>>>>>
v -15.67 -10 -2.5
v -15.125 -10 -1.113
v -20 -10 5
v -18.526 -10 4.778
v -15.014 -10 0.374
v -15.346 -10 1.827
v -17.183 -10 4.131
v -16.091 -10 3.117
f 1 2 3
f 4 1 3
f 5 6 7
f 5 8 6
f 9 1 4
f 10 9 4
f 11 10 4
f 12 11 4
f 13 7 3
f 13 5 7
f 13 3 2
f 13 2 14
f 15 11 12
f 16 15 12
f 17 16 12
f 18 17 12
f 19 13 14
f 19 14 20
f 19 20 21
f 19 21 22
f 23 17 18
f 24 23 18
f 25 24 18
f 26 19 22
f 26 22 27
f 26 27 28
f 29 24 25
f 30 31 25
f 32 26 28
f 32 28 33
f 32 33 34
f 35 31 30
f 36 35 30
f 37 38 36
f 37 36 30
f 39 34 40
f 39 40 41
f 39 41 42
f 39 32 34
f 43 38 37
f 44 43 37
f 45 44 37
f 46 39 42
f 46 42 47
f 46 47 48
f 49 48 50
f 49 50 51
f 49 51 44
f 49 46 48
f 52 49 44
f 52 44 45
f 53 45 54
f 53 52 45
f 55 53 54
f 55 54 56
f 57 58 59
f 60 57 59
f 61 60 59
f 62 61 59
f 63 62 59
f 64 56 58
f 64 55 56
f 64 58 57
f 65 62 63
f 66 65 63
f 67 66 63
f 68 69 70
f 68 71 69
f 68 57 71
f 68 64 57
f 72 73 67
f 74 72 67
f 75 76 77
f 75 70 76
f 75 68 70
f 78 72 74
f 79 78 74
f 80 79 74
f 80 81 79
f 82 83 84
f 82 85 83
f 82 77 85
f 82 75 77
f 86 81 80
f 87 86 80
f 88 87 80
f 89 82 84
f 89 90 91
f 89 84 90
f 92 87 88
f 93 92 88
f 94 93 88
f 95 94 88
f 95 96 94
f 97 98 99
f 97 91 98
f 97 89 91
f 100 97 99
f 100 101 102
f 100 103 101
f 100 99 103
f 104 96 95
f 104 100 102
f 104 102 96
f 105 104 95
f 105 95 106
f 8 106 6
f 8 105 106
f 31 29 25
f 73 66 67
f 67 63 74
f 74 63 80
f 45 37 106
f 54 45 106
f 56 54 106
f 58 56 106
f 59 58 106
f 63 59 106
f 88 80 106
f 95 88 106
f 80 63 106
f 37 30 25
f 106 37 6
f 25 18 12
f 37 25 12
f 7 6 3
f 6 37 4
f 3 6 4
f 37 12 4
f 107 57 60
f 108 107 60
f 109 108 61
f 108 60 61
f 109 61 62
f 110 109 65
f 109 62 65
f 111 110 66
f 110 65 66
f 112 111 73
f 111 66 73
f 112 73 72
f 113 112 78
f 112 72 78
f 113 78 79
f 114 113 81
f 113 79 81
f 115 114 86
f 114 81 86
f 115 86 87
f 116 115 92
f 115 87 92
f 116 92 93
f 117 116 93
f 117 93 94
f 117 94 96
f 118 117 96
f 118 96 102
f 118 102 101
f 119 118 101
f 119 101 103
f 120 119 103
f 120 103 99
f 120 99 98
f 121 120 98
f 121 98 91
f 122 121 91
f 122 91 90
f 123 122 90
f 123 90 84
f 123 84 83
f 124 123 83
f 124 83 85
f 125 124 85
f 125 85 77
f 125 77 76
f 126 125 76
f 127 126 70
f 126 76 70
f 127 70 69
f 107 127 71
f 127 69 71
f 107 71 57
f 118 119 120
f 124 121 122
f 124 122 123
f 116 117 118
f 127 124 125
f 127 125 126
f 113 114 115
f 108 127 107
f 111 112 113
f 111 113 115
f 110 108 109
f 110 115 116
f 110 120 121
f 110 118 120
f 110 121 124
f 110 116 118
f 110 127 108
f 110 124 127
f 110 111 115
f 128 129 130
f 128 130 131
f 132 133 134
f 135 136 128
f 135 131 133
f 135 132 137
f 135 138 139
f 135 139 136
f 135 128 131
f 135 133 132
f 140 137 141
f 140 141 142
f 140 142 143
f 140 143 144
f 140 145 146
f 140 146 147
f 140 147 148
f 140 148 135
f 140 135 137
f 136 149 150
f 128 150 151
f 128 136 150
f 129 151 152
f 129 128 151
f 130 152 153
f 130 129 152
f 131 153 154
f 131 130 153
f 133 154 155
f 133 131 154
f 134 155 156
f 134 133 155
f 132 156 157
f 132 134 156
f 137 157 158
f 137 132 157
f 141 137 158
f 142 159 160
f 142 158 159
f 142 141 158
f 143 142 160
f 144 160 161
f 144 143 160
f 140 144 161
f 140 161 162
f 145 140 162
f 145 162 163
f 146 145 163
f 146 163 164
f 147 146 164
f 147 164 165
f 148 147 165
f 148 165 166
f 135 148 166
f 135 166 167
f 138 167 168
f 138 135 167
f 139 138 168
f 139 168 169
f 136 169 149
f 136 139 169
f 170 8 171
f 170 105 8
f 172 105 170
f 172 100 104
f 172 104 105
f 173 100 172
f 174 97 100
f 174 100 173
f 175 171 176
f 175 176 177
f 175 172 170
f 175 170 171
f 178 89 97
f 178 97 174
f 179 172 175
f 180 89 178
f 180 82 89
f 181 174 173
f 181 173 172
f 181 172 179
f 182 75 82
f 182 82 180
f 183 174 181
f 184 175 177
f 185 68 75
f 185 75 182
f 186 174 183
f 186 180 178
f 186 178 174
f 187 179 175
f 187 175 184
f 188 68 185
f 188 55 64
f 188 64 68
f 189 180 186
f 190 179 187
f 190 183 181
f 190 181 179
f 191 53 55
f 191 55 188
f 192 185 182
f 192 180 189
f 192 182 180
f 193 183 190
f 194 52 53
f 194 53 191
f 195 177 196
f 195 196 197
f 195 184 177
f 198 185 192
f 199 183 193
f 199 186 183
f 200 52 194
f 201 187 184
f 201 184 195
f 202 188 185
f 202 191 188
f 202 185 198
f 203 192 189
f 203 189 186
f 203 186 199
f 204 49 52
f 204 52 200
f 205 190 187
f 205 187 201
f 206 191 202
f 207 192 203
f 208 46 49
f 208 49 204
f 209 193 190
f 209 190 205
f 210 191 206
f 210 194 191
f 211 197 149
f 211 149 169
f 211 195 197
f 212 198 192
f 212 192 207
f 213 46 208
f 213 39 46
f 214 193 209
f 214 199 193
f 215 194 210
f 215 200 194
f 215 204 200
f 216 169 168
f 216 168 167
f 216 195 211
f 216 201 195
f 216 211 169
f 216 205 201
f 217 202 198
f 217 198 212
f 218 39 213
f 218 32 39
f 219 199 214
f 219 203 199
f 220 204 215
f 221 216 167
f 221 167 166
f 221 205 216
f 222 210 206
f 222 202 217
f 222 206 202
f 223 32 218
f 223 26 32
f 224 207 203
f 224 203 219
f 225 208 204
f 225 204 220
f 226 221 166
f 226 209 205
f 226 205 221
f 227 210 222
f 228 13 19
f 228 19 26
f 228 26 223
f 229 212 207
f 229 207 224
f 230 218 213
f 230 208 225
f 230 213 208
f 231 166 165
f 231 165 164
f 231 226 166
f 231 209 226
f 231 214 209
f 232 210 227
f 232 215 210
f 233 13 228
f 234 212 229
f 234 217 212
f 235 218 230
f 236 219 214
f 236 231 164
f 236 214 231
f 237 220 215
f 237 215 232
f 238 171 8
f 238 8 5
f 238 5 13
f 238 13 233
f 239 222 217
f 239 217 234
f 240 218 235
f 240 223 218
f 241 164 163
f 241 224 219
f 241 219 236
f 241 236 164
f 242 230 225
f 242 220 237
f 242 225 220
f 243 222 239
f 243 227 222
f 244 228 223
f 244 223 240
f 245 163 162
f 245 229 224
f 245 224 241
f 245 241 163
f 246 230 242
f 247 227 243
<<<<<
- **ACTIVITY**: Using the entries above, repeat only the lines from the one containing "f 105 104 95" through the one containing "f 172 104 105", end lines included.

- **SOLUTION TO THIS EXERCISE**:
f 105 104 95
f 105 95 106
f 8 106 6
f 8 105 106
f 31 29 25
f 73 66 67
f 67 63 74
f 74 63 80
f 45 37 106
f 54 45 106
f 56 54 106
f 58 56 106
f 59 58 106
f 63 59 106
f 88 80 106
f 95 88 106
f 80 63 106
f 37 30 25
f 106 37 6
f 25 18 12
f 37 25 12
f 7 6 3
f 6 37 4
f 3 6 4
f 37 12 4
f 107 57 60
f 108 107 60
f 109 108 61
f 108 60 61
f 109 61 62
f 110 109 65
f 109 62 65
f 111 110 66
f 110 65 66
f 112 111 73
f 111 66 73
f 112 73 72
f 113 112 78
f 112 72 78
f 113 78 79
f 114 113 81
f 113 79 81
f 115 114 86
f 114 81 86
f 115 86 87
f 116 115 92
f 115 87 92
f 116 92 93
f 117 116 93
f 117 93 94
f 117 94 96
f 118 117 96
f 118 96 102
f 118 102 101
f 119 118 101
f 119 101 103
f 120 119 103
f 120 103 99
f 120 99 98
f 121 120 98
f 121 98 91
f 122 121 91
f 122 91 90
f 123 122 90
f 123 90 84
f 123 84 83
f 124 123 83
f 124 83 85
f 125 124 85
f 125 85 77
f 125 77 76
f 126 125 76
f 127 126 70
f 126 76 70
f 127 70 69
f 107 127 71
f 127 69 71
f 107 71 57
f 118 119 120
f 124 121 122
f 124 122 123
f 116 117 118
f 127 124 125
f 127 125 126
f 113 114 115
f 108 127 107
f 111 112 113
f 111 113 115
f 110 108 109
f 110 115 116
f 110 120 121
f 110 118 120
f 110 121 124
f 110 116 118
f 110 127 108
f 110 124 127
f 110 111 115
f 128 129 130
f 128 130 131
f 132 133 134
f 135 136 128
f 135 131 133
f 135 132 137
f 135 138 139
f 135 139 136
f 135 128 131
f 135 133 132
f 140 137 141
f 140 141 142
f 140 142 143
f 140 143 144
f 140 145 146
f 140 146 147
f 140 147 148
f 140 148 135
f 140 135 137
f 136 149 150
f 128 150 151
f 128 136 150
f 129 151 152
f 129 128 151
f 130 152 153
f 130 129 152
f 131 153 154
f 131 130 153
f 133 154 155
f 133 131 154
f 134 155 156
f 134 133 155
f 132 156 157
f 132 134 156
f 137 157 158
f 137 132 157
f 141 137 158
f 142 159 160
f 142 158 159
f 142 141 158
f 143 142 160
f 144 160 161
f 144 143 160
f 140 144 161
f 140 161 162
f 145 140 162
f 145 162 163
f 146 145 163
f 146 163 164
f 147 146 164
f 147 164 165
f 148 147 165
f 148 165 166
f 135 148 166
f 135 166 167
f 138 167 168
f 138 135 167
f 139 138 168
f 139 168 169
f 136 169 149
f 136 139 169
f 170 8 171
f 170 105 8
f 172 105 170
f 172 100 104
f 172 104 105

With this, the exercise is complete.